Co-op Bank Updates

More information is continually emerging about both stories that I’ve been following. Tonight (Monday) the Basque broadcaster EiTB is doing a Fagor news marathon of sorts, so I’m going to hold off and post more on that in the near future; meanwhile here is a list of their coverage while I focus on news in the UK.

Even though the prospectus for the Co-operative Bank’s restructuring has been delayed for a week, Co-operative News and The Guardian both have quite a bit of writing – this is big news in Britain.

Co-operative News has cranked out a half-dozen stories today alone, including some good commentary by people much closer to the action than myself.

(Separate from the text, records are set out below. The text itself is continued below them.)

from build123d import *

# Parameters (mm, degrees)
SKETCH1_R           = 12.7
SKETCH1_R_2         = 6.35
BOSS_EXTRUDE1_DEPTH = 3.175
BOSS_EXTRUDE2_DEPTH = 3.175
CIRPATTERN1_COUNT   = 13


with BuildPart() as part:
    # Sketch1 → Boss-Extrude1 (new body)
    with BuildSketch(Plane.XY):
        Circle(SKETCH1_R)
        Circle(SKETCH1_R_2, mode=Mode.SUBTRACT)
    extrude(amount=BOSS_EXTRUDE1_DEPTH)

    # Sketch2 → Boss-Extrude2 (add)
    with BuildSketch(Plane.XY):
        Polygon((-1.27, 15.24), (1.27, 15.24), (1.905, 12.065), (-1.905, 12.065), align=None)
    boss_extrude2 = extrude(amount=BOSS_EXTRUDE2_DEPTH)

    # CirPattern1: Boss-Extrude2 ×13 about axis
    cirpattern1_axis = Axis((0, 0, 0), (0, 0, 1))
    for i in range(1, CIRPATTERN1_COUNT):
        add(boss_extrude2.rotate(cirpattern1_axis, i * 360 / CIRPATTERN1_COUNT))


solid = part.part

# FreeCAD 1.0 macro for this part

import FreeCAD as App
import Part
import Sketcher
Q = App.Units.Quantity

doc = App.newDocument("Part")
body = doc.addObject("PartDesign::Body", "Body")

sketch1 = body.newObject("Sketcher::SketchObject", "Sketch")
sketch1.AttachmentSupport = (doc.getObject("XY_Plane"), [""])
sketch1.MapMode = "FlatFace"
sketch1.addGeometry([
    Part.Circle(App.Vector(0, 0, 0), App.Vector(0, 0, 1), 13),
    Part.Circle(App.Vector(0, 0, 0), App.Vector(0, 0, 1), 6),
], False)
sketch1.addConstraint([
    Sketcher.Constraint("Coincident", 0, 3, -1, 1),
    Sketcher.Constraint("Coincident", 1, 3, -1, 1),
    Sketcher.Constraint("Diameter", 0, Q("1 in")),
    Sketcher.Constraint("Diameter", 1, Q("0.5 in")),
])
pad1 = body.newObject("PartDesign::Pad", "Pad")
pad1.Profile = sketch1
pad1.Length = Q("0.125 in")

sketch2 = body.newObject("Sketcher::SketchObject", "Sketch001")
sketch2.AttachmentSupport = (doc.getObject("XY_Plane"), [""])
sketch2.MapMode = "FlatFace"
sketch2.addGeometry([
    Part.LineSegment(App.Vector(1.3, 15.2, 0), App.Vector(-1.3, 15.2, 0)),
    Part.LineSegment(App.Vector(-1.3, 15.2, 0), App.Vector(-1.9, 12.1, 0)),
    Part.LineSegment(App.Vector(-1.9, 12.1, 0), App.Vector(1.9, 12.1, 0)),
    Part.LineSegment(App.Vector(1.9, 12.1, 0), App.Vector(1.3, 15.2, 0)),
], False)
sketch2.addConstraint([
    Sketcher.Constraint("Coincident", 0, 2, 1, 1),
    Sketcher.Constraint("Coincident", 1, 2, 2, 1),
    Sketcher.Constraint("Coincident", 2, 2, 3, 1),
    Sketcher.Constraint("Coincident", 3, 2, 0, 1),
    Sketcher.Constraint("Horizontal", 0),
    Sketcher.Constraint("Horizontal", 2),
    Sketcher.Constraint("Equal", 1, 3),
    Sketcher.Constraint("DistanceX", 0, 2, 0, 1, Q("0.1 in")),
    Sketcher.Constraint("DistanceX", 2, 1, 2, 2, Q("0.15 in")),
    Sketcher.Constraint("DistanceY", -1, 1, 0, 2, Q("0.6 in")),
    Sketcher.Constraint("DistanceX", 0, 2, -1, 1, Q("0.05 in")),
    Sketcher.Constraint("DistanceY", -1, 1, 1, 2, Q("0.475 in")),
])
pad2 = body.newObject("PartDesign::Pad", "Pad001")
pad2.Profile = sketch2
pad2.Length = Q("0.125 in")
doc.recompute()

polarpattern = body.newObject("PartDesign::PolarPattern", "PolarPattern")
polarpattern.Originals = [pad2]
polarpattern.Axis = (doc.getObject("Z_Axis"), [""])
polarpattern.Angle = 360
polarpattern.Occurrences = 13
body.Tip = polarpattern

doc.recompute()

So rather than popping off my own opinion piece I’m going to continue to flag what seem to me like the most important opinions offered by others –  mainly people with direct connections to the Co-operative Group.

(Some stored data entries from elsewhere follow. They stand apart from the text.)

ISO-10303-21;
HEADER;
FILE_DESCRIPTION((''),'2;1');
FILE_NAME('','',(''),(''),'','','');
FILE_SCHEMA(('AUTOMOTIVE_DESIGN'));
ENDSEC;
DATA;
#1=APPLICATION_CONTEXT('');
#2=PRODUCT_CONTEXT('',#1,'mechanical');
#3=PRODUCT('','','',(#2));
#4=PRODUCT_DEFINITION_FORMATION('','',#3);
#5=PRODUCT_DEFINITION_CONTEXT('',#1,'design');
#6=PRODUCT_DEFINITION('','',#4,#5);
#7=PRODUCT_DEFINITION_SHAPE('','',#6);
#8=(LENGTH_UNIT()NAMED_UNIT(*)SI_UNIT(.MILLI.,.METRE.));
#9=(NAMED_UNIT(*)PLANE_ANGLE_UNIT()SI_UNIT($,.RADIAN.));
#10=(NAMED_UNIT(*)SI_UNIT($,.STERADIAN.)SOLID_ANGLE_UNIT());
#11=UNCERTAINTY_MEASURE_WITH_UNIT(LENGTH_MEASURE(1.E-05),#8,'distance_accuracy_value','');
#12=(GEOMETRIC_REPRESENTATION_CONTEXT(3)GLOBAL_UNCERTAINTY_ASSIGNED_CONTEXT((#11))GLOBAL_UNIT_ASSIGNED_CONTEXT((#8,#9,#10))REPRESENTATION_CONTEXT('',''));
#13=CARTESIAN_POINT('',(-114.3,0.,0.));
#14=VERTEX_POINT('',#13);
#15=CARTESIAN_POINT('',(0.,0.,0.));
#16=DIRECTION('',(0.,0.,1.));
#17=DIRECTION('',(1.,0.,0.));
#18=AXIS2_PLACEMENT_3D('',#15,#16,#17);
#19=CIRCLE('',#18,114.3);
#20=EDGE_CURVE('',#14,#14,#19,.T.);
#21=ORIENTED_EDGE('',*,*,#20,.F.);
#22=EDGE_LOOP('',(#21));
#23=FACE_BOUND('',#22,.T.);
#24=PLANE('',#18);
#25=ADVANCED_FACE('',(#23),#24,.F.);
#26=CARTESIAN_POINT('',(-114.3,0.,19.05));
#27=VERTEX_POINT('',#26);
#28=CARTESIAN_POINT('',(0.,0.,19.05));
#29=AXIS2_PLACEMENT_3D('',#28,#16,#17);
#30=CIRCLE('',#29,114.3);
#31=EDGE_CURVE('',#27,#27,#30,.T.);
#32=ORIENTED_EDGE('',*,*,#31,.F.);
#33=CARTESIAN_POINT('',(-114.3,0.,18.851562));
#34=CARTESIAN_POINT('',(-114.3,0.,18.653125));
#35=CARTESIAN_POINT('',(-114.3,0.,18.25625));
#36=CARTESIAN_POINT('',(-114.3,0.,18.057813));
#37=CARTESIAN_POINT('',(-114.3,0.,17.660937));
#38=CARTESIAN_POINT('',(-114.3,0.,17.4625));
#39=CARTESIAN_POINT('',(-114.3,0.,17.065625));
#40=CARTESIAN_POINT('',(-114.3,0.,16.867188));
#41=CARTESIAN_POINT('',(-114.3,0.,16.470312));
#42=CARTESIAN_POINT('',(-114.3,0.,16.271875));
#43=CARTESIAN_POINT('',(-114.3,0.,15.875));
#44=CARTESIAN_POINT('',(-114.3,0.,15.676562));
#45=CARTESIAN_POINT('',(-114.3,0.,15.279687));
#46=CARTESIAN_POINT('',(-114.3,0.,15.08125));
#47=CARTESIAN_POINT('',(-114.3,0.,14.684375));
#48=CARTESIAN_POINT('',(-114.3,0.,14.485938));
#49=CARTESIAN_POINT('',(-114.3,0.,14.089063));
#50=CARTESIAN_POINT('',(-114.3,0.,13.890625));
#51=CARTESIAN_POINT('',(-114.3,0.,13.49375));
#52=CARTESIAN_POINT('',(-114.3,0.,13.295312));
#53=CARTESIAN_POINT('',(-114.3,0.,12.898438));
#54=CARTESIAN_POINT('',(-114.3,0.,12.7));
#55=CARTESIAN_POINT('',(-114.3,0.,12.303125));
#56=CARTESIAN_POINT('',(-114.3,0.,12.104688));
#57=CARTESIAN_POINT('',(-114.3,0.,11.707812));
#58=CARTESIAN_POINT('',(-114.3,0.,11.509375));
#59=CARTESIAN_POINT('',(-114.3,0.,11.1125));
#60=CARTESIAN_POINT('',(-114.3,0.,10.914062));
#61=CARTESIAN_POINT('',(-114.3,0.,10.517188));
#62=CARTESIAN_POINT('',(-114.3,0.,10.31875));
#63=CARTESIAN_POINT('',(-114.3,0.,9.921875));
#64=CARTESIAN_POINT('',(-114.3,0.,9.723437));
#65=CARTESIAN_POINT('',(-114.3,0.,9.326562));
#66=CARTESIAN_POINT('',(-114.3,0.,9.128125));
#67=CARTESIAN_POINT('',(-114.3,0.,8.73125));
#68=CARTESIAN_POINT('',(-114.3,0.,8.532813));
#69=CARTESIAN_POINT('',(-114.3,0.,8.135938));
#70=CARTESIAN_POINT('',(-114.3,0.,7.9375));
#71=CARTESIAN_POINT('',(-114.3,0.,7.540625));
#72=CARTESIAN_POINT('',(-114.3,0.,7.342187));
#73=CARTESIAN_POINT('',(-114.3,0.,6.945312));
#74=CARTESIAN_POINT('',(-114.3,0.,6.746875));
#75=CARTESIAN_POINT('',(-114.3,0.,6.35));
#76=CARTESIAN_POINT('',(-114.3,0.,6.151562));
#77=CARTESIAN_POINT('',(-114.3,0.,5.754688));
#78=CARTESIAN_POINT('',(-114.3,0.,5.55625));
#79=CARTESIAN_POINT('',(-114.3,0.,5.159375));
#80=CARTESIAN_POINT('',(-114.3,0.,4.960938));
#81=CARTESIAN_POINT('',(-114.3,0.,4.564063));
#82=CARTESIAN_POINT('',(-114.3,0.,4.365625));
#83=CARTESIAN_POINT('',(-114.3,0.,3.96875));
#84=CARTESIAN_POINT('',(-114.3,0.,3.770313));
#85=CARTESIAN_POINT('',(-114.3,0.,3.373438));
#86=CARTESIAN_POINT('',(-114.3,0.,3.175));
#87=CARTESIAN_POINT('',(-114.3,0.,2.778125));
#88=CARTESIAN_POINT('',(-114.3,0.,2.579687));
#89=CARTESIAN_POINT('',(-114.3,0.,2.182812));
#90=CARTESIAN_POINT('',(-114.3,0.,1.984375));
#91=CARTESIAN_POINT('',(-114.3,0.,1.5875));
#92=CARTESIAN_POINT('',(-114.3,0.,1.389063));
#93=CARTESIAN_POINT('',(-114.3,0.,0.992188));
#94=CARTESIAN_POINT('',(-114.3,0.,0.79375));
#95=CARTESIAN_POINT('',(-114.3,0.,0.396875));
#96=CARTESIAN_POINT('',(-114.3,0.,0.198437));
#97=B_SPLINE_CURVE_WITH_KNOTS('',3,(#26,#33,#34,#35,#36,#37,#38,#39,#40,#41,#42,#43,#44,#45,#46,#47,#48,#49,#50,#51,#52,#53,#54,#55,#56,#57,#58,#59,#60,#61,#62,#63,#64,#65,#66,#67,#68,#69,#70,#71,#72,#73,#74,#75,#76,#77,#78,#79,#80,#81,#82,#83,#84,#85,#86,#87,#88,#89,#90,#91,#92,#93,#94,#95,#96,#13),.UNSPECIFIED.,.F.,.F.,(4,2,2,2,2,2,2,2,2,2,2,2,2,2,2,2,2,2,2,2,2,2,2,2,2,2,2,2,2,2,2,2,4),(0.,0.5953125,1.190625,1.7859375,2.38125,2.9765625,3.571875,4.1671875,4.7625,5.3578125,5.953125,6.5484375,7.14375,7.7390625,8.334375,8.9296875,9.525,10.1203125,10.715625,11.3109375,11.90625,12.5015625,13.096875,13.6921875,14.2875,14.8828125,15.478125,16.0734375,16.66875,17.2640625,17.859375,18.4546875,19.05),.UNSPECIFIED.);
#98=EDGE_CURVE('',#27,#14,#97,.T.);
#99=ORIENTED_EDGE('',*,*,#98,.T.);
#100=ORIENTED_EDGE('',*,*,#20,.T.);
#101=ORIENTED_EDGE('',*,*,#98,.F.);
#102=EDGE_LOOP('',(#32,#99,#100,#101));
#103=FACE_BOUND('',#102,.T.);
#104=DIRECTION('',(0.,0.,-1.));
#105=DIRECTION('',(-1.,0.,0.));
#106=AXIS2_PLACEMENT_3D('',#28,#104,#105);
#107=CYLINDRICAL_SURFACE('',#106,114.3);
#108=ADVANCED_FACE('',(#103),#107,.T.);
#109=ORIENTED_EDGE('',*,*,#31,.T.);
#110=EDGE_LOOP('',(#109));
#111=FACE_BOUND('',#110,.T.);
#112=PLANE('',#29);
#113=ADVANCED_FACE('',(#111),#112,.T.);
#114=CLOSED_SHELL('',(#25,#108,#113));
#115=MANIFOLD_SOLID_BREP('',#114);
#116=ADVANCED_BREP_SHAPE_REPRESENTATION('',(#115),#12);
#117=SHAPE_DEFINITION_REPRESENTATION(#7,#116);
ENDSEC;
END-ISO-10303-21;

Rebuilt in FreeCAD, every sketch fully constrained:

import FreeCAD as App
import Part
import Sketcher

V = App.Vector
Q = App.Units.Quantity

doc = App.newDocument("Part")
body = doc.addObject("PartDesign::Body", "Body")

# Sketch on XY plane
sketch1 = body.newObject("Sketcher::SketchObject", "Sketch")
sketch1.AttachmentSupport = (doc.getObject("XY_Plane"), [""])
sketch1.MapMode = "FlatFace"
sketch1.addGeometry(Part.Circle(V(0, 0, 0), V(0, 0, 1), 114.3), False)
sketch1.addConstraint([
    Sketcher.Constraint("Coincident", 0, 3, -1, 1),
    Sketcher.Constraint("Diameter", 0, Q("9 in")),
])
pad1 = body.newObject("PartDesign::Pad", "Pad")
pad1.Profile = sketch1
pad1.Length = Q("0.75 in")

doc.recompute()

There has been no shortage of comment from Peter Marks, the former Co-operative Group director who has been grilled by a parliamentary commission. He provides some insight into what leadership was thinking: It appears that the ill-fated attempt to acquire hundreds of Lloyds branches was an attempt to deal with a capital shortage, which he attributes to the Group being spread too thin due to its multiple business lines and ponderous governance.

Co-operatives UK Secretary General Ed Mayo warned that it will be important to protect the cooperative identity from a serious potential threat at the hands of the bank’s new owners. He wrote, “We have already indicated that if we believe that it is not a co-operative, then we would argue vigorously for a review of the name.”

Co-op lawyer Ian Snaith also issued a challenge based on the bank’s name , noting that, “The irony of this story is that the new owners of the Bank want to use the name to ensure that they maximise their profit from the ownership of the bank by keeping its ethical image.”

I should mention that when I was in the MMCCU program at St. Mary’s a few years back, we had an extensive and ongoing struggle with this issue: Organic, ethical and sustainable as branding concepts are all now subject to horrible distortions; perhaps this battle is already lost. We hoped that cooperatives might – by virtue of legal definition as something under cooperative governance – avoid this path of dilution and meaninglessness. I’m glad to see that our British colleagues are getting ready to defend the good name.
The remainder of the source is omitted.